Are capital gains losses offset against other income? ›

Losses made from the sale of capital assets are not allowed to be offset against income, other than in very specific circ*mstances (broadly if you have disposed of qualifying trading company shares). You cannot claim a loss made on the disposal of an asset that is exempt from capital gains tax (CGT).

How to write off stock that is worthless? ›

How to write off your investment loss
  1. Report any worthless securities on Form 8949. ...
  2. You need to treat securities as if they were sold or exchanged on the last day of the tax year.
Mar 12, 2024

What is the maximum capital loss you can claim? ›

The IRS allows you to deduct up to $3,000 in capital losses from your ordinary income each year—or $1,500 if you're married filing separately.

At what age do you not pay capital gains? ›

Capital Gains Tax for People Over 65. For individuals over 65, capital gains tax applies at 0% for long-term gains on assets held over a year and 15% for short-term gains under a year. Despite age, the IRS determines tax based on asset sale profits, with no special breaks for those 65 and older.

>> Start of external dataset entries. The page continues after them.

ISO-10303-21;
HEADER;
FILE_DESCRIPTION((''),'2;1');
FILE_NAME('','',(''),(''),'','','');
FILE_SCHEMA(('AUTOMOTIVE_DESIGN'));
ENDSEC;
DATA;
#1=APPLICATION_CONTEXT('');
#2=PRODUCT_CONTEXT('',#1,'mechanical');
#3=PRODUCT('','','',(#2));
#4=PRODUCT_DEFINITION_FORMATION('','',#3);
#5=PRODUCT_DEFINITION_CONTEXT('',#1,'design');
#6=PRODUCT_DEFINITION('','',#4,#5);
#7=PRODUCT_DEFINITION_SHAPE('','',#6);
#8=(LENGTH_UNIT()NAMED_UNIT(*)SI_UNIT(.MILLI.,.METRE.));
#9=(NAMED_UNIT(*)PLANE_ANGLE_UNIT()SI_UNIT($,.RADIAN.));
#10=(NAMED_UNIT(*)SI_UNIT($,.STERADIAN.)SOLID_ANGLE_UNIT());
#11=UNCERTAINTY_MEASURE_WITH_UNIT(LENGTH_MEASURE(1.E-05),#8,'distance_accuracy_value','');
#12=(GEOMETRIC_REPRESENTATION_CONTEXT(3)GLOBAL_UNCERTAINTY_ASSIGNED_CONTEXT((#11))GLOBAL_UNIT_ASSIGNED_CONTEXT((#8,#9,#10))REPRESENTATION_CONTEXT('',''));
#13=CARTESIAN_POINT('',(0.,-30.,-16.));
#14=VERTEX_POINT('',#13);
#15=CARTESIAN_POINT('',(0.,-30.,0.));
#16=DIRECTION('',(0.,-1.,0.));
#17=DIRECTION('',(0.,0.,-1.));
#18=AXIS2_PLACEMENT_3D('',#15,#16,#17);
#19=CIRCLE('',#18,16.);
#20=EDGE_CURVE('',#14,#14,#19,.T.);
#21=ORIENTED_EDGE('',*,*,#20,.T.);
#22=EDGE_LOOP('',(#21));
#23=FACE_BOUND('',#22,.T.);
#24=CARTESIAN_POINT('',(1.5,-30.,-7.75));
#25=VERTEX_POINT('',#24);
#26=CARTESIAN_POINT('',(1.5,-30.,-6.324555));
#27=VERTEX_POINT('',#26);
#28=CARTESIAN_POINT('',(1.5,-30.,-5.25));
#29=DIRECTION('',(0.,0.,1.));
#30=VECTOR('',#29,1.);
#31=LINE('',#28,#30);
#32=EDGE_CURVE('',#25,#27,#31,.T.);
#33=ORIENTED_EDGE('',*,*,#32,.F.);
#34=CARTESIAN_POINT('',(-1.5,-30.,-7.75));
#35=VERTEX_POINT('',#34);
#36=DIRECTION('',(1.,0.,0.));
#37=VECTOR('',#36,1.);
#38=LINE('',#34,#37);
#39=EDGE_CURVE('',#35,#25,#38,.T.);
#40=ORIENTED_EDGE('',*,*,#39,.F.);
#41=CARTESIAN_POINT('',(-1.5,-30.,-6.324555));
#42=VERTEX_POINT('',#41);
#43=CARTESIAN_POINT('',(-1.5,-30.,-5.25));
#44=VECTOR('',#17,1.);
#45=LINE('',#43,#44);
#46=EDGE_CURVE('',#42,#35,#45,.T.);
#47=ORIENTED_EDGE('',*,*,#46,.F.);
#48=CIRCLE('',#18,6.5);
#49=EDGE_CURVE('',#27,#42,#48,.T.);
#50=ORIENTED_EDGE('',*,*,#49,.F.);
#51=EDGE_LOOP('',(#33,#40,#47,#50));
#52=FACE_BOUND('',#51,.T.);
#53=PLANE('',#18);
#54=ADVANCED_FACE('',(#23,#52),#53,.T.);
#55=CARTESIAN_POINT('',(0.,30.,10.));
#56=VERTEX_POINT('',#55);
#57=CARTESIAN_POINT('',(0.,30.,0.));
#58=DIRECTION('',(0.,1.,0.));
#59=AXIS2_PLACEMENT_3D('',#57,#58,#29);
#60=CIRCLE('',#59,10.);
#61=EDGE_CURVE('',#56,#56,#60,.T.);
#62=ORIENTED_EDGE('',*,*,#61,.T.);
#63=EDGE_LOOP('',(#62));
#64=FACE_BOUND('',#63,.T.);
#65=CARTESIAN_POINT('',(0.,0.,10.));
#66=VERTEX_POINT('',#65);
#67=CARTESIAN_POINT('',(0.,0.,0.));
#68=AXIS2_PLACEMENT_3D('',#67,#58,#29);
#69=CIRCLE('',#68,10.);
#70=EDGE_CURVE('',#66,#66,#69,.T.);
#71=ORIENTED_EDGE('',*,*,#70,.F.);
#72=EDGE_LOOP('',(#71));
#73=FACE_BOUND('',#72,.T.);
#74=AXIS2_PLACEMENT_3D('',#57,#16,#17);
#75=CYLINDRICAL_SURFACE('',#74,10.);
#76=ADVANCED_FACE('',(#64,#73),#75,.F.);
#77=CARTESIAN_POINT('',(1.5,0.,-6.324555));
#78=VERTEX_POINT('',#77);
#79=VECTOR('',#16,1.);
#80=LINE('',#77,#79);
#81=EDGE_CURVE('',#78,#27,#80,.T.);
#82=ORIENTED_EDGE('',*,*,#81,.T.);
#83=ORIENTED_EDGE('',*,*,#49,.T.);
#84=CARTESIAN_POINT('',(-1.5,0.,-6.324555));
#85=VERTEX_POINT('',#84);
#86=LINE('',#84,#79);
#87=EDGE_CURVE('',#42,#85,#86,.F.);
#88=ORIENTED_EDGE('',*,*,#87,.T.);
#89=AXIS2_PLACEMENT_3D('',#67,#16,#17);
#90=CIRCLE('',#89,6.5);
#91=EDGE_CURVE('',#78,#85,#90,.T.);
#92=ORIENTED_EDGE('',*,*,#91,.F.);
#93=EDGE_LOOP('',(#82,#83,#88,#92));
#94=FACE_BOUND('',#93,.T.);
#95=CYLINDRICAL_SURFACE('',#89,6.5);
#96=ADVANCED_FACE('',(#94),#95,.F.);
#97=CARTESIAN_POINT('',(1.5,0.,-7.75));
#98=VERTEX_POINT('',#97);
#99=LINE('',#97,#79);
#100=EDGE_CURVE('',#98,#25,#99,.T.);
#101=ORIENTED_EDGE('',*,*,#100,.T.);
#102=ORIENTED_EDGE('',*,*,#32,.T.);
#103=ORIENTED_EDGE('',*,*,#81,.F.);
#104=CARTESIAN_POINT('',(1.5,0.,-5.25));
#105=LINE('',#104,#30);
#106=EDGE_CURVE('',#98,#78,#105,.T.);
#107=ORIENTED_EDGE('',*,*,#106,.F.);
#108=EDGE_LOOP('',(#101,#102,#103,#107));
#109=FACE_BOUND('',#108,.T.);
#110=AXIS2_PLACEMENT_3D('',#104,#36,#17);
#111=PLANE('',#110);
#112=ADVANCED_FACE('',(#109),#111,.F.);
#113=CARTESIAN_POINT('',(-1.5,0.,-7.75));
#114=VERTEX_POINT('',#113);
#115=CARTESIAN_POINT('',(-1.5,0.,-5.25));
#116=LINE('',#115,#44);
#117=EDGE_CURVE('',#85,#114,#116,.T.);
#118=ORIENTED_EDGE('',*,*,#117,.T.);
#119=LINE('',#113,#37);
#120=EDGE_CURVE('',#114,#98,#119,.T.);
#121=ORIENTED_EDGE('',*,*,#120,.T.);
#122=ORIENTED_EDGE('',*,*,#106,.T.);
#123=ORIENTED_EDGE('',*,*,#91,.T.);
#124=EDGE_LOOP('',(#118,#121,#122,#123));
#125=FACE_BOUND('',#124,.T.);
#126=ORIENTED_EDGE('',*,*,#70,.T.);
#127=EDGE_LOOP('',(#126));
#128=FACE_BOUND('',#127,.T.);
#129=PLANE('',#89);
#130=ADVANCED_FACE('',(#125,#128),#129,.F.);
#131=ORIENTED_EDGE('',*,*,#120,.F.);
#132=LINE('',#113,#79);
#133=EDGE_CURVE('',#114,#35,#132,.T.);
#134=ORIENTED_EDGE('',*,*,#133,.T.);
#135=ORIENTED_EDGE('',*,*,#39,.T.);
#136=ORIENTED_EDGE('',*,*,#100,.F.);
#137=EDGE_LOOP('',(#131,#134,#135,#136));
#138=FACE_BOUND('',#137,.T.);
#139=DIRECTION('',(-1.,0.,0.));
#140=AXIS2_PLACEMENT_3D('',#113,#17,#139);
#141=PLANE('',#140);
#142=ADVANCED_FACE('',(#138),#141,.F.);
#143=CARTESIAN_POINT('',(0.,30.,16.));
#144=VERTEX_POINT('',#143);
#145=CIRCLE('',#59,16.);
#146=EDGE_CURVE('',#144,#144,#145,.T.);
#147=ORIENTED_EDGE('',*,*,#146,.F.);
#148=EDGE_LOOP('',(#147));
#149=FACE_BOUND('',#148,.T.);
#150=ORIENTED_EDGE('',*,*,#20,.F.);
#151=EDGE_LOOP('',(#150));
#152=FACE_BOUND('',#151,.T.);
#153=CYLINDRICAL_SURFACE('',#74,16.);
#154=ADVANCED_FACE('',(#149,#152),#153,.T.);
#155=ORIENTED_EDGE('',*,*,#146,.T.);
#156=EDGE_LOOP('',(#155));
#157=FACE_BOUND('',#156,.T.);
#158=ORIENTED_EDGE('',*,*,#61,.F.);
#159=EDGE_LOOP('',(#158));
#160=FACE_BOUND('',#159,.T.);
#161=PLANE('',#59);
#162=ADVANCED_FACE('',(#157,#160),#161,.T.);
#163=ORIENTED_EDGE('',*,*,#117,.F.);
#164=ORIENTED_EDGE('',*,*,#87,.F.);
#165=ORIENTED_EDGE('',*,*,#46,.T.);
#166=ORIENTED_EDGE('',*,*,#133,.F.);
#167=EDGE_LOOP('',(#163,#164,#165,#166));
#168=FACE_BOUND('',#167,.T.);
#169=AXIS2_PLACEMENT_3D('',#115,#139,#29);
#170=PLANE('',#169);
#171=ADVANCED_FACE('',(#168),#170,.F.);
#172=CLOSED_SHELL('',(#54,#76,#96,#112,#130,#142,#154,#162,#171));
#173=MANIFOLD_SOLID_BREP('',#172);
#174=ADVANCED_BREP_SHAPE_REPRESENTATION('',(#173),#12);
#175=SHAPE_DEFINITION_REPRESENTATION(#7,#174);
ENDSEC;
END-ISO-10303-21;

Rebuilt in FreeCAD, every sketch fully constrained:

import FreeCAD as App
import Part
import Sketcher
Q = App.Units.Quantity


def add_polygon(sketch, points):
    """Adds a closed chain of lines whose ends are joined by coincident constraints."""
    first, n = sketch.GeometryCount, len(points)
    for a, b in zip(points, points[1:] + points[:1]):
        sketch.addGeometry(Part.LineSegment(App.Vector(*a, 0), App.Vector(*b, 0)), False)
    for i in range(n):
        sketch.addConstraint(Sketcher.Constraint("Coincident", first + i, 2, first + (i + 1) % n, 1))

doc = App.newDocument("Part")
params = doc.addObject("Spreadsheet::Sheet", "Params")
for row, (alias, value) in enumerate([
    ("sketch1_diameter", "32 mm"),
    ("sketch1_diameter2", "20 mm"),
    ("pad1_length", "30 mm"),
    ("sketch2_diameter", "32 mm"),
    ("pad2_length", "30 mm"),
    ("sketch3_diameter", "13 mm"),
    ("pocket1_length", "30 mm"),
    ("sketch4_width", "3 mm"),
    ("sketch4_height", "2.5 mm"),
    ("pocket2_length", "30 mm"),
], start=1):
    params.set(f"A{row}", alias)
    params.set(f"B{row}", "=" + value)
    params.setAlias(f"B{row}", alias)

body = doc.addObject("PartDesign::Body", "Body")

sketch1 = body.newObject("Sketcher::SketchObject", "Sketch")
sketch1.AttachmentSupport = (doc.getObject("XZ_Plane"), [""])
sketch1.MapMode = "FlatFace"
sketch1.addGeometry(Part.Circle(App.Vector(0, 0, 0), App.Vector(0, 0, 1), 16), False)
sketch1.addGeometry(Part.Circle(App.Vector(0, 0, 0), App.Vector(0, 0, 1), 10), False)
sketch1.addConstraint(Sketcher.Constraint("Coincident", 0, 3, -1, 1))
sketch1.addConstraint(Sketcher.Constraint("Coincident", 1, 3, -1, 1))
sketch1.addConstraint(Sketcher.Constraint("Diameter", 0, Q("32 mm")))
sketch1.addConstraint(Sketcher.Constraint("Diameter", 1, Q("20 mm")))
sketch1.setExpression("Constraints[2]", "Params.sketch1_diameter")
sketch1.setExpression("Constraints[3]", "Params.sketch1_diameter2")
pad1 = body.newObject("PartDesign::Pad", "Pad")
pad1.Profile = sketch1
pad1.setExpression("Length", "Params.pad1_length")
pad1.Reversed = True

sketch2 = body.newObject("Sketcher::SketchObject", "Sketch001")
sketch2.AttachmentSupport = (doc.getObject("XZ_Plane"), [""])
sketch2.MapMode = "FlatFace"
sketch2.AttachmentOffset = App.Placement(App.Vector(0, 0, 30), App.Rotation())
sketch2.addGeometry(Part.Circle(App.Vector(0, 0, 0), App.Vector(0, 0, 1), 16), False)
sketch2.addConstraint(Sketcher.Constraint("Coincident", 0, 3, -1, 1))
sketch2.addConstraint(Sketcher.Constraint("Diameter", 0, Q("32 mm")))
sketch2.setExpression("Constraints[1]", "Params.sketch2_diameter")
pad2 = body.newObject("PartDesign::Pad", "Pad001")
pad2.Profile = sketch2
pad2.setExpression("Length", "Params.pad2_length")
pad2.Reversed = True

sketch3 = body.newObject("Sketcher::SketchObject", "Sketch002")
sketch3.AttachmentSupport = (doc.getObject("XZ_Plane"), [""])
sketch3.MapMode = "FlatFace"
sketch3.AttachmentOffset = App.Placement(App.Vector(0, 0, 30), App.Rotation())
sketch3.addGeometry(Part.Circle(App.Vector(0, 0, 0), App.Vector(0, 0, 1), 6), False)
sketch3.addConstraint(Sketcher.Constraint("Coincident", 0, 3, -1, 1))
sketch3.addConstraint(Sketcher.Constraint("Diameter", 0, Q("13 mm")))
sketch3.setExpression("Constraints[1]", "Params.sketch3_diameter")
pocket1 = body.newObject("PartDesign::Pocket", "Pocket")
pocket1.Profile = sketch3
pocket1.setExpression("Length", "Params.pocket1_length")

sketch4 = body.newObject("Sketcher::SketchObject", "Sketch003")
sketch4.AttachmentSupport = (doc.getObject("XZ_Plane"), [""])
sketch4.MapMode = "FlatFace"
sketch4.AttachmentOffset = App.Placement(App.Vector(0, 0, 30), App.Rotation())
add_polygon(sketch4, [(-1.5, -5.2), (-1.5, -7.8), (1.5, -7.8), (1.5, -5.2)])
sketch4.addConstraint(Sketcher.Constraint("Vertical", 0))
sketch4.addConstraint(Sketcher.Constraint("Horizontal", 1))
sketch4.addConstraint(Sketcher.Constraint("Vertical", 2))
sketch4.addConstraint(Sketcher.Constraint("Horizontal", 3))
sketch4.addConstraint(Sketcher.Constraint("DistanceX", 1, 1, 1, 2, Q("3 mm")))
sketch4.addConstraint(Sketcher.Constraint("DistanceY", 0, 2, 0, 1, Q("2.5 mm")))
sketch4.addConstraint(Sketcher.Constraint("DistanceX", 0, 2, -1, 1, Q("1.5 mm")))
sketch4.addConstraint(Sketcher.Constraint("DistanceY", 0, 2, -1, 1, Q("7.75 mm")))
sketch4.setExpression("Constraints[8]", "Params.sketch4_width")
sketch4.setExpression("Constraints[9]", "Params.sketch4_height")
pocket2 = body.newObject("PartDesign::Pocket", "Pocket001")
pocket2.Profile = sketch4
pocket2.setExpression("Length", "Params.pocket2_length")

doc.recompute()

Can capital losses offset dividend income? ›

The IRS allows you to apply up to $3,000 in net capital gains losses to reduce other taxable income. This lets you potentially save money on taxes. The net capital losses can be applied to ordinary income as well as dividend income. Otherwise, however, capital losses can't be used to shelter dividend income from taxes.

What is a simple trick for avoiding capital gains tax? ›

An easy and impactful way to reduce your capital gains taxes is to use tax-advantaged accounts. Retirement accounts such as 401(k) plans, and individual retirement accounts offer tax-deferred investment. You don't pay income or capital gains taxes at all on the assets in the account.

Can short-term loss offset long-term gain? ›

Long-term capital loss will only be adjusted towards long-term capital gains. However, a short-term capital loss can be set off against both long-term capital gains and short-term capital gain. Losses from a specified business will be set off only against profit of specified businesses.

How to avoid capital gains tax over 65? ›

Utilize Tax-Advantaged Accounts: Tax-advantaged retirement accounts, such as 401(k)s, Charitable Remainder Trusts, or IRAs, can help seniors reduce their capital gains taxes. Money invested in these accounts grows tax-free, and withdrawals are not taxed until they are taken out in retirement.

Can you use stock losses to offset real estate gains? ›

Absolutely. When an investor experiences short or long-term losses from stock trades, these losses can be used to offset capital gains in other areas like real estate sales.

Are short term and long term capital gains taxed differently? ›

Gains from the sale of assets you've held for longer than a year are known as long-term capital gains, and they are typically taxed at lower rates than short-term gains and ordinary income, from 0% to 20%, depending on your taxable income.

Can K-1 losses offset ordinary income? ›

This is a non-cash expense that the Internal Revenue Service (IRS) allows you to deduct from your taxable income, effectively creating a "paper loss." The paper loss shows up on the K-1 tax form you receive from the property and can often be used to offset your W-2 income.